How far God’s logic is from our own! And how different is his way of acting from ours! The Lord invites us to understand and observe the the true spirit of the law to give it total fulfilment in love for those in need. “Love... is the fulfilling of the law”, St Paul wrote (Rom 13:10). Our justice will be all the more perfect the more motivated it is by love for God and for our brethren.
Dear friends, the detention system revolves around two strong points that are both important: on the one hand the protection of society from possible threats and on the other, the reintegration of those who have erred without trampling on their dignity and without excluding them from social life. Both these aspects are important and aim to avoid creating that “abyss” between the prison situation and the situation conceived by the law which foresees as a fundamental element the educational role of punishment and respect for the rights and dignity of the person. Human life belongs to God alone who donated it and is not left to anyone’s mercy, not even that of our own free will! We are called to preserve the precious pearl of our life and that of others.
I know that the overcrowding and the degradation of prisons can make detention even more bitter. I have received various letters from inmates which emphasize this. It is important that institutions encourage an attentive analysis of the situation in jails today, that the structures, the means and the personnel be examined in such a way that inmates never have to serve a “double sentence”. Moreover, it is important to promote a development of the prison system which, as well as respecting justice, is increasingly adapted to the needs of the human person also by recourse to punishments alternative to imprisonment or to different forms of detention.

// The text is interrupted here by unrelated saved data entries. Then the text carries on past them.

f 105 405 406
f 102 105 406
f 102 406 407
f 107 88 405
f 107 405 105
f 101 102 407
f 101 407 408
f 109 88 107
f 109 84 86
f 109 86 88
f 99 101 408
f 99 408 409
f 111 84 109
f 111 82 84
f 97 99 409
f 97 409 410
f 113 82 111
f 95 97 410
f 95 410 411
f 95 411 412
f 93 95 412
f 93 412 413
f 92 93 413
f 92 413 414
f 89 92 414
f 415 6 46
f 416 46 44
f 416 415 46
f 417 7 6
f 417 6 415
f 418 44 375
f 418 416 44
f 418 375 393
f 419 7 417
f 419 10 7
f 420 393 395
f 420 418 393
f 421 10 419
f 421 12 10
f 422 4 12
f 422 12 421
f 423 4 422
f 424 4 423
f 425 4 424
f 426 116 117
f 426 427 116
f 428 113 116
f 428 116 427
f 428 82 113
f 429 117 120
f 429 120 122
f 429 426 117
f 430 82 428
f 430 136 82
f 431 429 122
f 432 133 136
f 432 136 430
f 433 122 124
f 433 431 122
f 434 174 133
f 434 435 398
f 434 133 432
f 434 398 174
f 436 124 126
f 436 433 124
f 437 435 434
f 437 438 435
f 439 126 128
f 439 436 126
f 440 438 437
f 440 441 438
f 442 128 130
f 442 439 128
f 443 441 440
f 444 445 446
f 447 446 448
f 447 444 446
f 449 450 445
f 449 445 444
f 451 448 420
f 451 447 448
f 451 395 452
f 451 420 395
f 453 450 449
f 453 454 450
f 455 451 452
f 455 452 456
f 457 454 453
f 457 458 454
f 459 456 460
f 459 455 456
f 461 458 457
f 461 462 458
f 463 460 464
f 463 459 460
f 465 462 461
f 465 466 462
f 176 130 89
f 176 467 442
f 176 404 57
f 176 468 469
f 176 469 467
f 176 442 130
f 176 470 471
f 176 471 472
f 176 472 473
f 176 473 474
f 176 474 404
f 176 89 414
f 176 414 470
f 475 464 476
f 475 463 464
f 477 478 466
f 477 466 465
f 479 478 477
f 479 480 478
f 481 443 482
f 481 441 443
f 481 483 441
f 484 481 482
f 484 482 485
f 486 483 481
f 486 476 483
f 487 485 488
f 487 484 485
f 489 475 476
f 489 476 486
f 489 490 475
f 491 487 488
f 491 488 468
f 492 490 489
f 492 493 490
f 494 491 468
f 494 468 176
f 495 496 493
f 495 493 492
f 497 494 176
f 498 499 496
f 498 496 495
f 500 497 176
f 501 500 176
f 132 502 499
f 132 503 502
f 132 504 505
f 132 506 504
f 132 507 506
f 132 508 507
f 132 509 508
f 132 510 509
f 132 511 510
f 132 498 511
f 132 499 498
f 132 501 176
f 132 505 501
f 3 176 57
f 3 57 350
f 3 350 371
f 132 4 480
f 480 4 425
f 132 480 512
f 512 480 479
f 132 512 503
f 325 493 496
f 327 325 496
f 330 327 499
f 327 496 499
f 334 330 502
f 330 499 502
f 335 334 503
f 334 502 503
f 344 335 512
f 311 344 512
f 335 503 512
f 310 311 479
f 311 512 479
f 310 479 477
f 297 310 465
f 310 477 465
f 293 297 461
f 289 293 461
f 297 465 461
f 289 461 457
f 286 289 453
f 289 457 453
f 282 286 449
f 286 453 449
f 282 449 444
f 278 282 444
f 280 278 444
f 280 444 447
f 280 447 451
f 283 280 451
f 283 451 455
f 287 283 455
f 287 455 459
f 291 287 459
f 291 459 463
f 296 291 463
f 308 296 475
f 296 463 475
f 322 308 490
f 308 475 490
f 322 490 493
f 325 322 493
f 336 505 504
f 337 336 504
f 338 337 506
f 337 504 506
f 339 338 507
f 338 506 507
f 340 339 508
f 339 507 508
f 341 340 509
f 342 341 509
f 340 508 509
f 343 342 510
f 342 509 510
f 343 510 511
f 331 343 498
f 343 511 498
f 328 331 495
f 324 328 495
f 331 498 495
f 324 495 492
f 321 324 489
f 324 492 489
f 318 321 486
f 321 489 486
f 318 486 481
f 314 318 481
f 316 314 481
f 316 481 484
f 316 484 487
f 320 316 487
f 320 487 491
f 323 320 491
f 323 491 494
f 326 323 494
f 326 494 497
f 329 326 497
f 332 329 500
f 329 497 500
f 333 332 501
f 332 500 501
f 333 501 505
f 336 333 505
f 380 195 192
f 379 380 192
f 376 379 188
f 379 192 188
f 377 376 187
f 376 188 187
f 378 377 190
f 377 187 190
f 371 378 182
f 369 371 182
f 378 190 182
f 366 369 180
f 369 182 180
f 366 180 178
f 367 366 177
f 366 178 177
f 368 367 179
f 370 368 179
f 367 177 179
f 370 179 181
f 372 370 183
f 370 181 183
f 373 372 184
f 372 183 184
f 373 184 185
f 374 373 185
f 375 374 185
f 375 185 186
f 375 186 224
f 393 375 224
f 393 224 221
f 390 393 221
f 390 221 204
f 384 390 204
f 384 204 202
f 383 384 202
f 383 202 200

Dear friends, today is the fourth Sunday of Advent. May the Nativity of the Lord, now at hand, rekindle hope and love in your hearts. The birth of the Lord Jesus, which we shall be commemorating in a few days, reminds us of his mission to bring salvation to all men and women, excluding no one.

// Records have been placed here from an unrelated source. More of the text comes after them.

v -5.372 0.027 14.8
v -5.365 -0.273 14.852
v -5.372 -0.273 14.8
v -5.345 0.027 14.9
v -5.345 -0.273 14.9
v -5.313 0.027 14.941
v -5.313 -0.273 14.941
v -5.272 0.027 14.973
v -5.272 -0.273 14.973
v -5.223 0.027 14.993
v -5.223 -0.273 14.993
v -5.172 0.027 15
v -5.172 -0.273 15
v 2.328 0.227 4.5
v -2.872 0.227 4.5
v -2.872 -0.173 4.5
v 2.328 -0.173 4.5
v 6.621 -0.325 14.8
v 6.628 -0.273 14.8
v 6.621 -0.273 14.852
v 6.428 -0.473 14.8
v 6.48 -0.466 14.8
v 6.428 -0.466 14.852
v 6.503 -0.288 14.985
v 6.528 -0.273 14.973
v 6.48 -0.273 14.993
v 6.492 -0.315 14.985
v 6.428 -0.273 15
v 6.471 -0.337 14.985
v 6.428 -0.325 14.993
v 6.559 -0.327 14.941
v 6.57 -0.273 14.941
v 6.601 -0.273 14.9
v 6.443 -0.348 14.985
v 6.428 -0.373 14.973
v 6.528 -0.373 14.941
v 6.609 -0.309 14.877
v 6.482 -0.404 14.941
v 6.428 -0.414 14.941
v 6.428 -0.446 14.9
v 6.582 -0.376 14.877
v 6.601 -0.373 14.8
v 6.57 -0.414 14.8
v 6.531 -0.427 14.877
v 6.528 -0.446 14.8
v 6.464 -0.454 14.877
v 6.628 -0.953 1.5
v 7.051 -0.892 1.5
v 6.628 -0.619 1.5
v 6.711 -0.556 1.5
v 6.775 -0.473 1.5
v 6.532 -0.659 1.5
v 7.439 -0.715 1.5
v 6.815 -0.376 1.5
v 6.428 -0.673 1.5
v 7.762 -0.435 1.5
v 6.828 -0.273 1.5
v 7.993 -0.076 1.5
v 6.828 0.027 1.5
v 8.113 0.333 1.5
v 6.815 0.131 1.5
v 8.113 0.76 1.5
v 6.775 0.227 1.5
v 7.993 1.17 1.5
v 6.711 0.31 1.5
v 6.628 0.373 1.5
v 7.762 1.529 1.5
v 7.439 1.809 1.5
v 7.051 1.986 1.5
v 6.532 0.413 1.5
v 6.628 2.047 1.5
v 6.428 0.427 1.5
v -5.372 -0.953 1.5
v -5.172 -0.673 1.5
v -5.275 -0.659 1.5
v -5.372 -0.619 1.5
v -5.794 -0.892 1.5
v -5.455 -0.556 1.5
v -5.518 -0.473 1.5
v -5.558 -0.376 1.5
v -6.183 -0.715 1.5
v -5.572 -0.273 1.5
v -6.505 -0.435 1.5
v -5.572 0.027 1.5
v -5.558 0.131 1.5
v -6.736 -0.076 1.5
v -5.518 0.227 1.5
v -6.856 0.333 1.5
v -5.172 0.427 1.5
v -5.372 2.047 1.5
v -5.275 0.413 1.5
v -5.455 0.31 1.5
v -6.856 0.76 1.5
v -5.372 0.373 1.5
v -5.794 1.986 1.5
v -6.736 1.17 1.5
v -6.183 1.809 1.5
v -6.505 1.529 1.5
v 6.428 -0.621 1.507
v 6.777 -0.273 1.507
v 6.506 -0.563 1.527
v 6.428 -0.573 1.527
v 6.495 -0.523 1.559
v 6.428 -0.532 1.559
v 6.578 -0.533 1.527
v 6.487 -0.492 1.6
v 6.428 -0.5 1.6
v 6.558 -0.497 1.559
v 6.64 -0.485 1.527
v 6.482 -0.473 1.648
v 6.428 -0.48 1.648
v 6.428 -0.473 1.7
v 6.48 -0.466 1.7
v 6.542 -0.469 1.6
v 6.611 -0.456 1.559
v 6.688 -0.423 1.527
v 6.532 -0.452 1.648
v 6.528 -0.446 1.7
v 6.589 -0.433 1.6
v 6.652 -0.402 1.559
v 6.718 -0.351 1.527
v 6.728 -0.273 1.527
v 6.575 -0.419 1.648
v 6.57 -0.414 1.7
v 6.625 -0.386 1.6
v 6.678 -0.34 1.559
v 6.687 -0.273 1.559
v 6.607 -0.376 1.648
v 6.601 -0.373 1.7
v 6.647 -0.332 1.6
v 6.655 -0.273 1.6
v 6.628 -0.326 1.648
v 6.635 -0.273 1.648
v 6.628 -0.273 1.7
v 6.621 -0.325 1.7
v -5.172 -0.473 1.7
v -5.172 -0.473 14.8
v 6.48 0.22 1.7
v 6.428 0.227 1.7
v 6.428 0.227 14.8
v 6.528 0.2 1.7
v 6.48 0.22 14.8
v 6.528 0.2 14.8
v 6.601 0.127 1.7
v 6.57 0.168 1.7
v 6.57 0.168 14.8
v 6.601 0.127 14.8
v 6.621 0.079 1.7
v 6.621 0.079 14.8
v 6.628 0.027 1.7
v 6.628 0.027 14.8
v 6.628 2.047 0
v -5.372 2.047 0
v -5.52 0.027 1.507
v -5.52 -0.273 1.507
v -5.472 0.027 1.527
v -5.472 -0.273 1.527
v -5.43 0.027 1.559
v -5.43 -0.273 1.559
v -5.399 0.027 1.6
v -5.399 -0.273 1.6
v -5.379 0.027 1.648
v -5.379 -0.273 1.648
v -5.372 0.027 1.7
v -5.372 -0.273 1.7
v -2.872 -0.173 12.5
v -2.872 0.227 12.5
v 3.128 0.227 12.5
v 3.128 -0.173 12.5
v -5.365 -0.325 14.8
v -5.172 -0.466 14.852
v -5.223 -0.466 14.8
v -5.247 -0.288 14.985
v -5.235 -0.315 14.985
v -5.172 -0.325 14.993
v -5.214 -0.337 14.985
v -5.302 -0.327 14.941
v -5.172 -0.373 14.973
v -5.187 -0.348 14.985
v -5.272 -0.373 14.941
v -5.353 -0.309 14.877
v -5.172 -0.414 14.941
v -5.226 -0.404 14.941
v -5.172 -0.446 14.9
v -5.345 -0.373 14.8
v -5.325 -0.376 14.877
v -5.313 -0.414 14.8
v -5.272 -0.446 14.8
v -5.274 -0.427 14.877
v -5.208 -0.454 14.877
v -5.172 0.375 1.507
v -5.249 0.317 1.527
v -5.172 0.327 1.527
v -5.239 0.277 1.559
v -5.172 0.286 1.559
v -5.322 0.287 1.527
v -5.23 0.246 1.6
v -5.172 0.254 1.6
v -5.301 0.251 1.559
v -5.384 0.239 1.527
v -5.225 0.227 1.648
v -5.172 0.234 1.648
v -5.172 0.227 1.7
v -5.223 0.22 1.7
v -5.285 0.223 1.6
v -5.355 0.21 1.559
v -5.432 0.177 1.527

His salvation is not imposed but reaches us through acts of love, mercy and forgiveness that we ourselves can carry out. The Child of Bethlehem will be happy when all human beings return to God with a renewed heart. Let us ask him in silence and prayer to be all released from the prison of sin, pride and conceit. In fact, if they are to be truly free from evil, anguish and death, each and every person needs to come out of this inner prison. Only the Child who was laid in the manger can give complete liberation to all!
I would like to end by telling you that the Church supports and encourages every effort to guarantee everyone a dignified life. Rest assured that I am close to each one of you, to your families, your children to your young people and to your elderly, and that I carry you all in my heart before God. May the Lord bless you and your future!